「MM9」 山本 弘2010年07月20日

「エムエムナイン」と読む。
モンスター・マグニチュード・ナインである。
これが何かというと、怪獣の体重による脅威度?を表す指標である。
怪獣の脅威を地震という自然災害のアナロジーで表しているのは、日本における怪獣担当部署が気象庁だからである。
その名も「気象庁特異生物対策部」。略称は「気特対」である。
日本国内で怪獣が出現する度に、気特対の面々が怪獣の特性を分析して方針を決定する。その決定を受けて自衛隊が攻撃をする。役所の意志決定プロセスが妙にリアルである。

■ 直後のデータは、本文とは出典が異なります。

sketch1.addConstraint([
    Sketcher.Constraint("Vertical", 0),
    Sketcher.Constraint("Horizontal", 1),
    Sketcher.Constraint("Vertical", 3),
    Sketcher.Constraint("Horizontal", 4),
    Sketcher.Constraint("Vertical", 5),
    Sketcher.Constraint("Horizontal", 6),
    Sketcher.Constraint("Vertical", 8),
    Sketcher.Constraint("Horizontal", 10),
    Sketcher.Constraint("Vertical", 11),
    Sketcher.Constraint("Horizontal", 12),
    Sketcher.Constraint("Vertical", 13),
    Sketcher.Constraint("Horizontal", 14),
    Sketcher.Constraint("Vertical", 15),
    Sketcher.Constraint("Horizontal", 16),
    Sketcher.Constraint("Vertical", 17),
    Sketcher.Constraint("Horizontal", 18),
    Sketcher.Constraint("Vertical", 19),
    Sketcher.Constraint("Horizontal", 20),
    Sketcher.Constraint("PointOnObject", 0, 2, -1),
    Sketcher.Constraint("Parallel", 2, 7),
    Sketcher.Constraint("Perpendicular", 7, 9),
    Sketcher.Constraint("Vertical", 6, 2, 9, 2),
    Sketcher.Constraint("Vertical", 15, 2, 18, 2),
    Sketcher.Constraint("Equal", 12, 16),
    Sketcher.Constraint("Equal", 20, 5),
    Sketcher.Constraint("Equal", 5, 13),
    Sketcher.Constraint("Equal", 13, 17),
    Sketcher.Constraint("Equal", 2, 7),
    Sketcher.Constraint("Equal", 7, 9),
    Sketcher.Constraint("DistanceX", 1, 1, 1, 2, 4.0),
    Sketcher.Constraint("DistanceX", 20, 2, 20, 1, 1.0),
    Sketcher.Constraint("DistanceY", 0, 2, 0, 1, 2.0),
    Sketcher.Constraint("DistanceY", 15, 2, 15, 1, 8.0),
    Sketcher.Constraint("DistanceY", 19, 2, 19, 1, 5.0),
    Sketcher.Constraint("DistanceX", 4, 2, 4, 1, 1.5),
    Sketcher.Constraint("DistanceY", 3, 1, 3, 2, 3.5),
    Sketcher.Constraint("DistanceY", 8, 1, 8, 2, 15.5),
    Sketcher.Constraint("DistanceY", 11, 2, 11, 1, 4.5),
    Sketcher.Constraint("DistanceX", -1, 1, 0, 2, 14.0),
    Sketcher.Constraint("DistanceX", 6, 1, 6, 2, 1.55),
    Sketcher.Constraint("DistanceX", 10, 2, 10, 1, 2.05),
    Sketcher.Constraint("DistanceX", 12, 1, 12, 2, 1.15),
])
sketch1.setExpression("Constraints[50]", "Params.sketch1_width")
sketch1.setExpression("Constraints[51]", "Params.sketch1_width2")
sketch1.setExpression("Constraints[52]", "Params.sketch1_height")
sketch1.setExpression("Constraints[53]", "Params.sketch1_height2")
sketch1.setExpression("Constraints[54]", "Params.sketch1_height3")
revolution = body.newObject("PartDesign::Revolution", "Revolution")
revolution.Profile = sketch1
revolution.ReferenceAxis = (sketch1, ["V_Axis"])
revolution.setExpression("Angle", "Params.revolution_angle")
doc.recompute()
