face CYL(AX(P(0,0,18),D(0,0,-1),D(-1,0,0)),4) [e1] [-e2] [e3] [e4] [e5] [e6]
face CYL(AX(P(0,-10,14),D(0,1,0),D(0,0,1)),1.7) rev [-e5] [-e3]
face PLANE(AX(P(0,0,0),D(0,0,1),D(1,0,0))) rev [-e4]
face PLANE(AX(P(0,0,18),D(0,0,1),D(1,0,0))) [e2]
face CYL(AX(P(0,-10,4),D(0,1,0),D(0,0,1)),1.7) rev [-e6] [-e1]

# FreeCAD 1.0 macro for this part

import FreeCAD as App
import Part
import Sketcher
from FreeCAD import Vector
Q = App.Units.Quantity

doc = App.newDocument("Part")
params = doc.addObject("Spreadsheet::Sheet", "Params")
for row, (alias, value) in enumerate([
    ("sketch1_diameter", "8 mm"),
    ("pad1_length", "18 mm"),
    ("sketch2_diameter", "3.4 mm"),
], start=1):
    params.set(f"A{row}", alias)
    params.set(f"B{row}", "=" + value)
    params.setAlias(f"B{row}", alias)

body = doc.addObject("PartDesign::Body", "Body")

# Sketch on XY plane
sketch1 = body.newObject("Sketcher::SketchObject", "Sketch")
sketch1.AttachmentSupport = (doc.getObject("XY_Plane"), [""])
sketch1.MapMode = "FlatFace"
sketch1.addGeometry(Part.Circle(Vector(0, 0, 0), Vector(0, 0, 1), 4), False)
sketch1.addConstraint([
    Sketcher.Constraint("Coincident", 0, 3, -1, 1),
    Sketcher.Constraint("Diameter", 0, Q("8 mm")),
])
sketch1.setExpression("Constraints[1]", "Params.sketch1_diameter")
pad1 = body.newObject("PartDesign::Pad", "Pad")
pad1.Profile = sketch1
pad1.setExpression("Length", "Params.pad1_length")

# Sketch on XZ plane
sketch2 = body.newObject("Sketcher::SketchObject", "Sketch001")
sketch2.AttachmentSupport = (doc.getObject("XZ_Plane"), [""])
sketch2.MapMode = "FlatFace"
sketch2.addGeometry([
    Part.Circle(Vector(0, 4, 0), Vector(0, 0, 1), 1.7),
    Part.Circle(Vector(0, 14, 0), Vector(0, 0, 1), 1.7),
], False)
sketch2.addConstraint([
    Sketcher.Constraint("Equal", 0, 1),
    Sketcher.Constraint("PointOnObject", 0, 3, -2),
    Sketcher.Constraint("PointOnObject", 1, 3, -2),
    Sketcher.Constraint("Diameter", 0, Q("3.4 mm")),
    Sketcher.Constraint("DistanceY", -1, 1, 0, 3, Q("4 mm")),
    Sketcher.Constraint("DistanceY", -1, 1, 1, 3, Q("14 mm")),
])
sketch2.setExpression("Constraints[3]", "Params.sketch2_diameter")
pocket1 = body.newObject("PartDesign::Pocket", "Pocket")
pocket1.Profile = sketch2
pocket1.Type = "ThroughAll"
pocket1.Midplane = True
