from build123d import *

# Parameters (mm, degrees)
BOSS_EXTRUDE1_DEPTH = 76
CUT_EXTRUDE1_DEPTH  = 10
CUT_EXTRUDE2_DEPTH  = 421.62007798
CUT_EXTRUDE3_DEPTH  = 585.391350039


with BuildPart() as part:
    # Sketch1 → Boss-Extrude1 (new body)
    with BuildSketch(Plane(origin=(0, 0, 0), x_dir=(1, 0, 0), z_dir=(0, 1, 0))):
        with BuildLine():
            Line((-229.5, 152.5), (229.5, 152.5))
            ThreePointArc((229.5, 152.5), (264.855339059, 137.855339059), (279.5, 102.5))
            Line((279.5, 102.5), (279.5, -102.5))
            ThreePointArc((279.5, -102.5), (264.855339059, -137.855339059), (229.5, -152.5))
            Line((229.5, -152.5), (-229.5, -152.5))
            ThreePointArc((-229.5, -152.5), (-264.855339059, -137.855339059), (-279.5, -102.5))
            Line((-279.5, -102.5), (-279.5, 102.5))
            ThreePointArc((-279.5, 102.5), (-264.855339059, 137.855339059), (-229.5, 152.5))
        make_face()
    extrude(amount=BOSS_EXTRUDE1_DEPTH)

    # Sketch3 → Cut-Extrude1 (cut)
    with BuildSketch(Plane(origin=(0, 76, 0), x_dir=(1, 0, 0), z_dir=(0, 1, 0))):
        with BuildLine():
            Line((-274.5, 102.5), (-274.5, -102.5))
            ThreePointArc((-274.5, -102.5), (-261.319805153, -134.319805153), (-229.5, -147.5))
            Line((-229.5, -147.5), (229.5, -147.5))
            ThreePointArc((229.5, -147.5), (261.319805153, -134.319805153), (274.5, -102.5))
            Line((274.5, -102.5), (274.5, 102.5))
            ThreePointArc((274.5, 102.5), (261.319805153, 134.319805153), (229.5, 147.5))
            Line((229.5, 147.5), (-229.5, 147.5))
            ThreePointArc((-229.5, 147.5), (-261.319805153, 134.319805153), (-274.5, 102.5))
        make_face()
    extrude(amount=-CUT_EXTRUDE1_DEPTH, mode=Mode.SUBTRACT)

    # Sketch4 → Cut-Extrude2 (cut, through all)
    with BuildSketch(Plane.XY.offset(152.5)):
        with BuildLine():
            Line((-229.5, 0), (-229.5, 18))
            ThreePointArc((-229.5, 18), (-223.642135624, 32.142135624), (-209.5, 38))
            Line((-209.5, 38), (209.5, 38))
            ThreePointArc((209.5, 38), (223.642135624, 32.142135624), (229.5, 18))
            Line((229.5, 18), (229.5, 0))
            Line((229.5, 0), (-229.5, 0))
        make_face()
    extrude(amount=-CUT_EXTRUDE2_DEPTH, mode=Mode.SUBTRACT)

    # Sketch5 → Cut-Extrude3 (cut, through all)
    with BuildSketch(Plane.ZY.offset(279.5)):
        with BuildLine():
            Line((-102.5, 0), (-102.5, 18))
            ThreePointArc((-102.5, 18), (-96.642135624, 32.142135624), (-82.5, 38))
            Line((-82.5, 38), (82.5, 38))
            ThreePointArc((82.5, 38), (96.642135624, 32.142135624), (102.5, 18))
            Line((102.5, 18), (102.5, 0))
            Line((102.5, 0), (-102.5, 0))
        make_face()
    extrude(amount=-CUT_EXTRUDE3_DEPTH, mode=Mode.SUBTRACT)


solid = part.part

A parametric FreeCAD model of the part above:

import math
import FreeCAD as App
import Part
import Sketcher
from FreeCAD import Vector

doc = App.newDocument("Part")
body = doc.addObject("PartDesign::Body", "Body")

sketch1 = doc.addObject("Sketcher::SketchObject", "Sketch")
body.addObject(sketch1)
sketch1.AttachmentSupport = (doc.XZ_Plane, [""])
sketch1.MapMode = "FlatFace"
sketch1.addGeometry(Part.LineSegment(Vector(230, -152, 0), Vector(-230, -152, 0)), False)
sketch1.addGeometry(Part.ArcOfCircle(Part.Circle(Vector(-229, -102, 0), Vector(0, 0, 1), 50), math.radians(-180), math.radians(-90)), False)
sketch1.addGeometry(Part.LineSegment(Vector(-280, -102, 0), Vector(-280, 102, 0)), False)
sketch1.addGeometry(Part.ArcOfCircle(Part.Circle(Vector(-229, 102, 0), Vector(0, 0, 1), 50), math.radians(90), math.radians(180)), False)
sketch1.addGeometry(Part.LineSegment(Vector(-230, 152, 0), Vector(230, 152, 0)), False)
sketch1.addGeometry(Part.ArcOfCircle(Part.Circle(Vector(229, 102, 0), Vector(0, 0, 1), 50), math.radians(0), math.radians(90)), False)
sketch1.addGeometry(Part.LineSegment(Vector(280, 102, 0), Vector(280, -102, 0)), False)
sketch1.addGeometry(Part.ArcOfCircle(Part.Circle(Vector(229, -102, 0), Vector(0, 0, 1), 50), math.radians(-90), math.radians(0)), False)
sketch1.addConstraint(Sketcher.Constraint("Tangent", 0, 2, 1, 2))
sketch1.addConstraint(Sketcher.Constraint("Tangent", 1, 1, 2, 1))
sketch1.addConstraint(Sketcher.Constraint("Tangent", 2, 2, 3, 2))
sketch1.addConstraint(Sketcher.Constraint("Tangent", 3, 1, 4, 1))
sketch1.addConstraint(Sketcher.Constraint("Tangent", 4, 2, 5, 2))
sketch1.addConstraint(Sketcher.Constraint("Tangent", 5, 1, 6, 1))
sketch1.addConstraint(Sketcher.Constraint("Tangent", 6, 2, 7, 2))
sketch1.addConstraint(Sketcher.Constraint("Tangent", 7, 1, 0, 1))
sketch1.addConstraint(Sketcher.Constraint("Horizontal", 0))
sketch1.addConstraint(Sketcher.Constraint("Vertical", 2))
sketch1.addConstraint(Sketcher.Constraint("Horizontal", 4))
sketch1.addConstraint(Sketcher.Constraint("Vertical", 6))
sketch1.addConstraint(Sketcher.Constraint("Equal", 1, 3))
sketch1.addConstraint(Sketcher.Constraint("Equal", 3, 5))
sketch1.addConstraint(Sketcher.Constraint("Equal", 5, 7))
sketch1.addConstraint(Sketcher.Constraint("Symmetric", 1, 3, 5, 3, -1, 1))
sketch1.addConstraint(Sketcher.Constraint("Radius", 1, 50.0))
sketch1.addConstraint(Sketcher.Constraint("DistanceX", 0, 2, 0, 1, 459.0))
sketch1.addConstraint(Sketcher.Constraint("DistanceY", 2, 1, 2, 2, 205.0))
pad1 = doc.addObject("PartDesign::Pad", "Pad")
body.addObject(pad1)
pad1.Profile = sketch1
pad1.Length = 76
pad1.Reversed = True

sketch2 = doc.addObject("Sketcher::SketchObject", "Sketch001")
body.addObject(sketch2)
sketch2.AttachmentSupport = (doc.XZ_Plane, [""])
sketch2.MapMode = "FlatFace"
sketch2.AttachmentOffset = App.Placement(Vector(0, 0, -76), App.Rotation())
sketch2.addGeometry(Part.LineSegment(Vector(-274, -102, 0), Vector(-274, 102, 0)), False)
sketch2.addGeometry(Part.ArcOfCircle(Part.Circle(Vector(-229, 102, 0), Vector(0, 0, 1), 45), math.radians(90), math.radians(180)), False)
sketch2.addGeometry(Part.LineSegment(Vector(-230, 148, 0), Vector(230, 148, 0)), False)
sketch2.addGeometry(Part.ArcOfCircle(Part.Circle(Vector(229, 102, 0), Vector(0, 0, 1), 45), math.radians(0), math.radians(90)), False)
sketch2.addGeometry(Part.LineSegment(Vector(274, 102, 0), Vector(274, -102, 0)), False)
sketch2.addGeometry(Part.ArcOfCircle(Part.Circle(Vector(229, -102, 0), Vector(0, 0, 1), 45), math.radians(-90), math.radians(0)), False)
sketch2.addGeometry(Part.LineSegment(Vector(230, -148, 0), Vector(-230, -148, 0)), False)
sketch2.addGeometry(Part.ArcOfCircle(Part.Circle(Vector(-229, -102, 0), Vector(0, 0, 1), 45), math.radians(-180), math.radians(-90)), False)
sketch2.addConstraint(Sketcher.Constraint("Tangent", 0, 2, 1, 2))
sketch2.addConstraint(Sketcher.Constraint("Tangent", 1, 1, 2, 1))
sketch2.addConstraint(Sketcher.Constraint("Tangent", 2, 2, 3, 2))
sketch2.addConstraint(Sketcher.Constraint("Tangent", 3, 1, 4, 1))
sketch2.addConstraint(Sketcher.Constraint("Tangent", 4, 2, 5, 2))
sketch2.addConstraint(Sketcher.Constraint("Tangent", 5, 1, 6, 1))
sketch2.addConstraint(Sketcher.Constraint("Tangent", 6, 2, 7, 2))
sketch2.addConstraint(Sketcher.Constraint("Tangent", 7, 1, 0, 1))
sketch2.addConstraint(Sketcher.Constraint("Vertical", 0))
sketch2.addConstraint(Sketcher.Constraint("Horizontal", 2))
sketch2.addConstraint(Sketcher.Constraint("Vertical", 4))
sketch2.addConstraint(Sketcher.Constraint("Horizontal", 6))
sketch2.addConstraint(Sketcher.Constraint("Equal", 1, 3))
sketch2.addConstraint(Sketcher.Constraint("Equal", 3, 5))
sketch2.addConstraint(Sketcher.Constraint("Equal", 5, 7))
sketch2.addConstraint(Sketcher.Constraint("Symmetric", 1, 3, 5, 3, -1, 1))
sketch2.addConstraint(Sketcher.Constraint("Radius", 1, 45.0))
sketch2.addConstraint(Sketcher.Constraint("DistanceX", 2, 1, 2, 2, 459.0))
sketch2.addConstraint(Sketcher.Constraint("DistanceY", 0, 1, 0, 2, 205.0))
pocket1 = doc.addObject("PartDesign::Pocket", "Pocket")
body.addObject(pocket1)
pocket1.Profile = sketch2
pocket1.Length = 10
pocket1.Reversed = True

sketch3 = doc.addObject("Sketcher::SketchObject", "Sketch002")
body.addObject(sketch3)
sketch3.AttachmentSupport = (doc.XY_Plane, [""])
sketch3.MapMode = "FlatFace"
sketch3.AttachmentOffset = App.Placement(Vector(0, 0, 152.5), App.Rotation())
sketch3.addGeometry(Part.LineSegment(Vector(-230, 18, 0), Vector(-230, 0, 0)), False)
sketch3.addGeometry(Part.LineSegment(Vector(-230, 0, 0), Vector(230, 0, 0)), False)
sketch3.addGeometry(Part.LineSegment(Vector(230, 0, 0), Vector(230, 18, 0)), False)
sketch3.addGeometry(Part.ArcOfCircle(Part.Circle(Vector(210, 18, 0), Vector(0, 0, 1), 20), math.radians(0), math.radians(90)), False)
sketch3.addGeometry(Part.LineSegment(Vector(210, 38, 0), Vector(-210, 38, 0)), False)
sketch3.addGeometry(Part.ArcOfCircle(Part.Circle(Vector(-210, 18, 0), Vector(0, 0, 1), 20), math.radians(90), math.radians(180)), False)
sketch3.addConstraint(Sketcher.Constraint("Coincident", 0, 2, 1, 1))
sketch3.addConstraint(Sketcher.Constraint("Coincident", 1, 2, 2, 1))
sketch3.addConstraint(Sketcher.Constraint("Tangent", 2, 2, 3, 1))
sketch3.addConstraint(Sketcher.Constraint("Tangent", 3, 2, 4, 1))
sketch3.addConstraint(Sketcher.Constraint("Tangent", 4, 2, 5, 1))
sketch3.addConstraint(Sketcher.Constraint("Tangent", 5, 2, 0, 1))
sketch3.addConstraint(Sketcher.Constraint("Vertical", 0))
sketch3.addConstraint(Sketcher.Constraint("Horizontal", 1))
sketch3.addConstraint(Sketcher.Constraint("Vertical", 2))
sketch3.addConstraint(Sketcher.Constraint("Horizontal", 4))
sketch3.addConstraint(Sketcher.Constraint("Equal", 3, 5))
sketch3.addConstraint(Sketcher.Constraint("Symmetric", 0, 2, 1, 2, -1, 1))
sketch3.addConstraint(Sketcher.Constraint("Radius", 3, 20.0))
sketch3.addConstraint(Sketcher.Constraint("DistanceX", 1, 1, 1, 2, 459.0))
sketch3.addConstraint(Sketcher.Constraint("DistanceY", 0, 2, 0, 1, 18.0))
pocket2 = doc.addObject("PartDesign::Pocket", "Pocket001")
body.addObject(pocket2)
pocket2.Profile = sketch3
pocket2.Type = "ThroughAll"

sketch4 = doc.addObject("Sketcher::SketchObject", "Sketch003")
body.addObject(sketch4)
sketch4.AttachmentSupport = (doc.YZ_Plane, [""])
sketch4.MapMode = "FlatFace"
sketch4.AttachmentOffset = App.Placement(Vector(0, 0, -279.5), App.Rotation())
sketch4.addGeometry(Part.LineSegment(Vector(18, -102, 0), Vector(0, -102, 0)), False)
sketch4.addGeometry(Part.LineSegment(Vector(0, -102, 0), Vector(0, 102, 0)), False)
sketch4.addGeometry(Part.LineSegment(Vector(0, 102, 0), Vector(18, 102, 0)), False)
sketch4.addGeometry(Part.ArcOfCircle(Part.Circle(Vector(18, 83, 0), Vector(0, 0, 1), 20), math.radians(0), math.radians(90)), False)
sketch4.addGeometry(Part.LineSegment(Vector(38, 82, 0), Vector(38, -82, 0)), False)
sketch4.addGeometry(Part.ArcOfCircle(Part.Circle(Vector(18, -83, 0), Vector(0, 0, 1), 20), math.radians(-90), math.radians(0)), False)
sketch4.addConstraint(Sketcher.Constraint("Coincident", 0, 2, 1, 1))
sketch4.addConstraint(Sketcher.Constraint("Coincident", 1, 2, 2, 1))
sketch4.addConstraint(Sketcher.Constraint("Tangent", 2, 2, 3, 2))
sketch4.addConstraint(Sketcher.Constraint("Tangent", 3, 1, 4, 1))
sketch4.addConstraint(Sketcher.Constraint("Tangent", 4, 2, 5, 2))
sketch4.addConstraint(Sketcher.Constraint("Tangent", 5, 1, 0, 1))
sketch4.addConstraint(Sketcher.Constraint("Horizontal", 0))
sketch4.addConstraint(Sketcher.Constraint("Vertical", 1))
sketch4.addConstraint(Sketcher.Constraint("Horizontal", 2))
sketch4.addConstraint(Sketcher.Constraint("Vertical", 4))
sketch4.addConstraint(Sketcher.Constraint("Equal", 3, 5))
sketch4.addConstraint(Sketcher.Constraint("Symmetric", 0, 2, 1, 2, -1, 1))
sketch4.addConstraint(Sketcher.Constraint("Radius", 3, 20.0))
sketch4.addConstraint(Sketcher.Constraint("DistanceX", 0, 2, 0, 1, 18.0))
sketch4.addConstraint(Sketcher.Constraint("DistanceY", 1, 1, 1, 2, 205.0))
pocket3 = doc.addObject("PartDesign::Pocket", "Pocket002")
body.addObject(pocket3)
pocket3.Profile = sketch4
pocket3.Type = "ThroughAll"
pocket3.Reversed = True

doc.recompute()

本書は、怪獣モノのお約束を守った上で、ちゃんと本格SFの文法を守っている。
つまり、怪獣らしい属性(巨大、とか)を持った生き物を登場させて、その怪獣の存在を現在の科学では否定できないリクツで説明している。
ただ、怪獣と妖怪の違いは体重だけ、って話にはぶっ飛んだけど。

ちなみに、7月7日からTVドラマ化され放送されているらしい。文庫の帯(いわゆる腰巻きですね)に「連続TVドラマ化」と書いてあるが、その下に小さな、薄い文字で「原作とドラマでは内容が異なる場合がございます。」とあるのには笑っちゃいました。

 著者は、妙ちきりんな本を笑って楽しむ、あの「と学会」の会長である。